Authors: Delna Shroff

Abstract:

Merchant shipping is an occupation with a high rate of fatal injuries caused by organizational accidents and maritime disasters. In most accident investigations, the leader’s actions are under scrutiny and point out the necessity to investigate the leader’s decisions in critical conditions. While several leadership studies have been carried out in the past, there is a tendency for most research to focus on holders of formal positions. The unit of analysis in most studies has been the ‘individual.’ A need is, therefore, felt to adopt a practice-based perspective of leadership, understand how leadership emerges to affect maritime safety. This paper explores the phenomenon of distributed leadership among seafarers more holistically. It further examines the role of one form of distributed leadership, that is, planfully aligned leadership in the emergency response of the team. A mixed design will be applied. In the first phase, the data gathered by way of semi-structured interviews will be used to explore the seafarer’s implicit understanding of leadership. The data will be used to develop a conceptual framework of distributed leadership, specific to the maritime context.
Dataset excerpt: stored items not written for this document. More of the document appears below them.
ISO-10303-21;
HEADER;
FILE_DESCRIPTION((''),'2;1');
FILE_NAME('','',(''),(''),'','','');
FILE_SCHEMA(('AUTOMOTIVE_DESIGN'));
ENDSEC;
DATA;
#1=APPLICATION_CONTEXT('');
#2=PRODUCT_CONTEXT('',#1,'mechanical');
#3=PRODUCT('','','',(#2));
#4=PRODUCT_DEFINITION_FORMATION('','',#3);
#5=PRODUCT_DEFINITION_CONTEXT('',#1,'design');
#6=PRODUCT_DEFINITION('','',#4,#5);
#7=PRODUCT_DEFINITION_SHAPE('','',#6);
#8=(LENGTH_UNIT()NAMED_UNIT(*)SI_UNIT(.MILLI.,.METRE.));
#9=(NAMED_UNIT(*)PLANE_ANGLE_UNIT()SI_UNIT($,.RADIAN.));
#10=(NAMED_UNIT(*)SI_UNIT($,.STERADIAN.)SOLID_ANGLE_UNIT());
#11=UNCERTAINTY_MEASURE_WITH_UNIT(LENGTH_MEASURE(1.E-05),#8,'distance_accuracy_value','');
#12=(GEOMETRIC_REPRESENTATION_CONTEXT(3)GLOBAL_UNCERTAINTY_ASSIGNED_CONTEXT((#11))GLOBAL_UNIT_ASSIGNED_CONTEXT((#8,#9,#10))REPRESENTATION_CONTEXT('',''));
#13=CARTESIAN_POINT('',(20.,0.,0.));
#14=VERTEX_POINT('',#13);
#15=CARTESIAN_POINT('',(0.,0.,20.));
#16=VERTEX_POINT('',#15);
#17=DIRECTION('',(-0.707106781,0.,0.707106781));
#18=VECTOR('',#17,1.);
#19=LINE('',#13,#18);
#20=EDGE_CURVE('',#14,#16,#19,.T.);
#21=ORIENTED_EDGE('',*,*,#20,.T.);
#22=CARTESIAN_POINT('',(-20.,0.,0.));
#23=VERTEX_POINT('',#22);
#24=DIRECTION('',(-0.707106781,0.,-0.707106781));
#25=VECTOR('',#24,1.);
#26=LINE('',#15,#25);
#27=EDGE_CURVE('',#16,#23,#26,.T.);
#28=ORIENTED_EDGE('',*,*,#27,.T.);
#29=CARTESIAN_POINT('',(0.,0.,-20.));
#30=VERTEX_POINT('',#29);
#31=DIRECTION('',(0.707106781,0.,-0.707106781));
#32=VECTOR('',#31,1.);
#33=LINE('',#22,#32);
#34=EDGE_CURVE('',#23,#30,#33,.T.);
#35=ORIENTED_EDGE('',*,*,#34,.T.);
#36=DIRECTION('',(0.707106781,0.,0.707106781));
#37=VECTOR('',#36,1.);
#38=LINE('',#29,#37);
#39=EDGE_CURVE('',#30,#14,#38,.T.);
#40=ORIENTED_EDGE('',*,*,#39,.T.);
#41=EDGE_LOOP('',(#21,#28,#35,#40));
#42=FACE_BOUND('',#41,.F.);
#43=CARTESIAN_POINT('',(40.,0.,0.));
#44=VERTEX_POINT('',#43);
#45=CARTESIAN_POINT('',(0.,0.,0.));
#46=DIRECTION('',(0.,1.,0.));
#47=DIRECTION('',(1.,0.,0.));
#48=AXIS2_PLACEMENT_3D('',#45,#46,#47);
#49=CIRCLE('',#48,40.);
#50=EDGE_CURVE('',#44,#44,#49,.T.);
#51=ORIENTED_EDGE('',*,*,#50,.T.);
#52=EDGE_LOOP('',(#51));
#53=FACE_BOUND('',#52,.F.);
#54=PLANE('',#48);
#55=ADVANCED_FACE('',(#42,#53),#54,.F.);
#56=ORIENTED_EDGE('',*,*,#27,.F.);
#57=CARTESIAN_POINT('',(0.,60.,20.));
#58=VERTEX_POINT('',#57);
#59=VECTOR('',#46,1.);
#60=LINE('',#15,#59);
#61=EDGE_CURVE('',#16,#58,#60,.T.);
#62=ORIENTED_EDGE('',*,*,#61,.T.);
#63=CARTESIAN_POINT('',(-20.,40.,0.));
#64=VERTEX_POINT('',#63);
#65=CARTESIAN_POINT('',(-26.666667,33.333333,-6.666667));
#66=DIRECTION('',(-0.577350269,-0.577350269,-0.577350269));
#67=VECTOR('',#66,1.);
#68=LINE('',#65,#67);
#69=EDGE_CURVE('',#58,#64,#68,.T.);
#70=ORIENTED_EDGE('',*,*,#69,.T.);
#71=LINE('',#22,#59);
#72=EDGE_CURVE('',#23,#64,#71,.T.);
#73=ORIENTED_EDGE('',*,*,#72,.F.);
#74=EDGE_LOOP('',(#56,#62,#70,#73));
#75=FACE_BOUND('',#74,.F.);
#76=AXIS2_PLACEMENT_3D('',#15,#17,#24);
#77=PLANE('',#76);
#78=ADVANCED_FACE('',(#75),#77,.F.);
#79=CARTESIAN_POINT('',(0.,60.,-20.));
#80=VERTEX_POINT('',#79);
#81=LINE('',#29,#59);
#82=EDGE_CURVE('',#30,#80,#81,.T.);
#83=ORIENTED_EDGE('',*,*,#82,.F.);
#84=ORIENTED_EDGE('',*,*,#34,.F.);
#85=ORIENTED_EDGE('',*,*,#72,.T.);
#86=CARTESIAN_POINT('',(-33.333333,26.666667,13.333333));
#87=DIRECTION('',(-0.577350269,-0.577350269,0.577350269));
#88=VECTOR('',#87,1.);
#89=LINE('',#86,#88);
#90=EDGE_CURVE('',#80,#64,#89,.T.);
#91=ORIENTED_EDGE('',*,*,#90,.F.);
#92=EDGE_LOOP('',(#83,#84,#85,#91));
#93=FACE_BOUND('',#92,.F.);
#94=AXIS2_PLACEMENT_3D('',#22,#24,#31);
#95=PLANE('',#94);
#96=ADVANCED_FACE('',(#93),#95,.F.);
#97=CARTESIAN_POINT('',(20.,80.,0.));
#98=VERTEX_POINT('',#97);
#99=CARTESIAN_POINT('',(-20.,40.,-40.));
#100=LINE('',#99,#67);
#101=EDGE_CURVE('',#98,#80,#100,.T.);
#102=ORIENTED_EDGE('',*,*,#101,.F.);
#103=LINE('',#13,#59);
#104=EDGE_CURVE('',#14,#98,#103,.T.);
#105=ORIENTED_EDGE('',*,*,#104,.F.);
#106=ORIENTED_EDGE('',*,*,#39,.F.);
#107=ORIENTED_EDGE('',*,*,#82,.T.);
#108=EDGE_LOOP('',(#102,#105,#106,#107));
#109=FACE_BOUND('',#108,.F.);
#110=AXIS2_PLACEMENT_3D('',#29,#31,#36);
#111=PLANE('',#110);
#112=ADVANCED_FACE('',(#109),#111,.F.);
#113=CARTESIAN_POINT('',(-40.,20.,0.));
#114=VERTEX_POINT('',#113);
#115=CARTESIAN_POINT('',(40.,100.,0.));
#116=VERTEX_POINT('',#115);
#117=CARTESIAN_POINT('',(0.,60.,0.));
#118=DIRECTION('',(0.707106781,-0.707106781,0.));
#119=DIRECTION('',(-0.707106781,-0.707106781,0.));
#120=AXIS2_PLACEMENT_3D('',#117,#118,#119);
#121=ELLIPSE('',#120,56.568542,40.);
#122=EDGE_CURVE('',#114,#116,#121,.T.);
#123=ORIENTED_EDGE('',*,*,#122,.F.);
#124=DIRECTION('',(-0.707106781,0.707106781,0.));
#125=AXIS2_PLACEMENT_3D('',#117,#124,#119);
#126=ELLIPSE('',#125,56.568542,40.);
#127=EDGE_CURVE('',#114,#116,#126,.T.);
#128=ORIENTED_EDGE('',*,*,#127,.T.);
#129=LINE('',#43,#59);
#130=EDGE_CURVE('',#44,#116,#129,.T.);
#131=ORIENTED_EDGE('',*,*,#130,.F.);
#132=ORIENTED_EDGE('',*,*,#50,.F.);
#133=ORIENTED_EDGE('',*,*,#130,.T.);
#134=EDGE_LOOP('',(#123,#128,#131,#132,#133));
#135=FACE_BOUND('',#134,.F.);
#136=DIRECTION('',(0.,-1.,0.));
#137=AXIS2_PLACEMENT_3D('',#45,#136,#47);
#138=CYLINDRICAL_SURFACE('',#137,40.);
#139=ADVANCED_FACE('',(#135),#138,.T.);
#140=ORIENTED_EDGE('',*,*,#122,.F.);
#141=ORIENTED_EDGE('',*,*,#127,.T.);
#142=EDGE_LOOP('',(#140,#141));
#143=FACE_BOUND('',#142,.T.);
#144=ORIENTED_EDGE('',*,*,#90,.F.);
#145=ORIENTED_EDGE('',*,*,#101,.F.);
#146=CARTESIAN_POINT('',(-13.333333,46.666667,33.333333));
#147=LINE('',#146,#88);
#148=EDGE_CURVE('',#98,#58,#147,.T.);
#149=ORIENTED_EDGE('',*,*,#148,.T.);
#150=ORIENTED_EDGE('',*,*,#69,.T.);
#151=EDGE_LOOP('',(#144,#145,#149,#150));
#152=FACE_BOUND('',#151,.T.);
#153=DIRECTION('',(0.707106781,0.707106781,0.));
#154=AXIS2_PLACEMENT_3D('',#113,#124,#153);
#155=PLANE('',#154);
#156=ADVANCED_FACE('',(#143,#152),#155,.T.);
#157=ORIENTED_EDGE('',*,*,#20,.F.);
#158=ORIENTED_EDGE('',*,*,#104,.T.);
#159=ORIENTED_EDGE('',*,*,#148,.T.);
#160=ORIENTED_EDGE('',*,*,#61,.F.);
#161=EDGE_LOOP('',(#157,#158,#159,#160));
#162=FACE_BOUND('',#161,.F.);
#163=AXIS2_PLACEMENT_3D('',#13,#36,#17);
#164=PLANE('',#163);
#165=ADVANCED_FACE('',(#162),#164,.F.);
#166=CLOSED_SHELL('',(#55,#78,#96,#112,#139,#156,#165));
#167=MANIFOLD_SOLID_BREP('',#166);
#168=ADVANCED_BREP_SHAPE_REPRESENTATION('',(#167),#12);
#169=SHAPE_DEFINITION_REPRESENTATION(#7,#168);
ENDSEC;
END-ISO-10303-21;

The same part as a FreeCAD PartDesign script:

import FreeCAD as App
import Part
import Sketcher
from FreeCAD import Vector


def add_polygon(sketch, points):
    """Adds a closed chain of lines whose ends are joined by coincident constraints."""
    first, n = sketch.GeometryCount, len(points)
    for a, b in zip(points, points[1:] + points[:1]):
        sketch.addGeometry(Part.LineSegment(App.Vector(*a, 0), App.Vector(*b, 0)), False)
    for i in range(n):
        sketch.addConstraint(Sketcher.Constraint("Coincident", first + i, 2, first + (i + 1) % n, 1))

doc = App.newDocument("Part")
body = doc.addObject("PartDesign::Body", "Body")

sketch1 = doc.addObject("Sketcher::SketchObject", "Sketch")
body.addObject(sketch1)
sketch1.AttachmentSupport = (doc.XZ_Plane, [""])
sketch1.MapMode = "FlatFace"
sketch1.addGeometry(Part.Circle(Vector(0, 0, 0), Vector(0, 0, 1), 40), False)
add_polygon(sketch1, [(20, 0), (0, 20), (-20, 0), (0, -20)])
sketch1.addConstraint([
    Sketcher.Constraint("Coincident", 0, 3, -1, 1),
    Sketcher.Constraint("Symmetric", 1, 2, 3, 2, -1, 1),
    Sketcher.Constraint("Symmetric", 2, 2, 4, 2, -1, 1),
    Sketcher.Constraint("PointOnObject", 1, 2, -2),
    Sketcher.Constraint("PointOnObject", 2, 2, -1),
    Sketcher.Constraint("Perpendicular", 1, 2),
    Sketcher.Constraint("Diameter", 0, 80.0),
    Sketcher.Constraint("DistanceY", -1, 1, 1, 2, 20.0),
])
pad1 = doc.addObject("PartDesign::Pad", "Pad")
body.addObject(pad1)
pad1.Profile = sketch1
pad1.Length = 100
pad1.Reversed = True

sketch2 = doc.addObject("Sketcher::SketchObject", "Sketch001")
body.addObject(sketch2)
sketch2.AttachmentSupport = (doc.XY_Plane, [""])
sketch2.MapMode = "FlatFace"
add_polygon(sketch2, [(-40, 20), (40, 100), (-40, 100)])
sketch2.addConstraint([
    Sketcher.Constraint("Horizontal", 1),
    Sketcher.Constraint("Vertical", 2),
    Sketcher.Constraint("Equal", 1, 2),
    Sketcher.Constraint("DistanceX", 1, 2, 1, 1, 80.0),
    Sketcher.Constraint("DistanceX", -1, 1, 0, 2, 40.0),
    Sketcher.Constraint("DistanceY", -1, 1, 0, 2, 100.0),
])
pocket1 = doc.addObject("PartDesign::Pocket", "Pocket")
body.addObject(pocket1)
pocket1.Profile = sketch2
pocket1.Type = "ThroughAll"
pocket1.Midplane = True

doc.recompute()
This framework will be used to develop a simulation. Experimental design will be used to examine the relationship between planfully aligned leadership and emergency response of the team members during navigation. Findings show that planfully aligned leadership significantly and positively predicts the emergency response of team members. Planfully aligned leadership leads to a better emergency response of the team members as compared to authoritarian leadership. In the third qualitative phase, additional data will be gathered through semi-structured interviews to further validate the findings to gain a more complete understanding of distributed leadership and its relation to emergency response. Above are the predictive results; the study expects to be a cornerstone of safety leadership research and has important implications for leadership development and training within the maritime industry.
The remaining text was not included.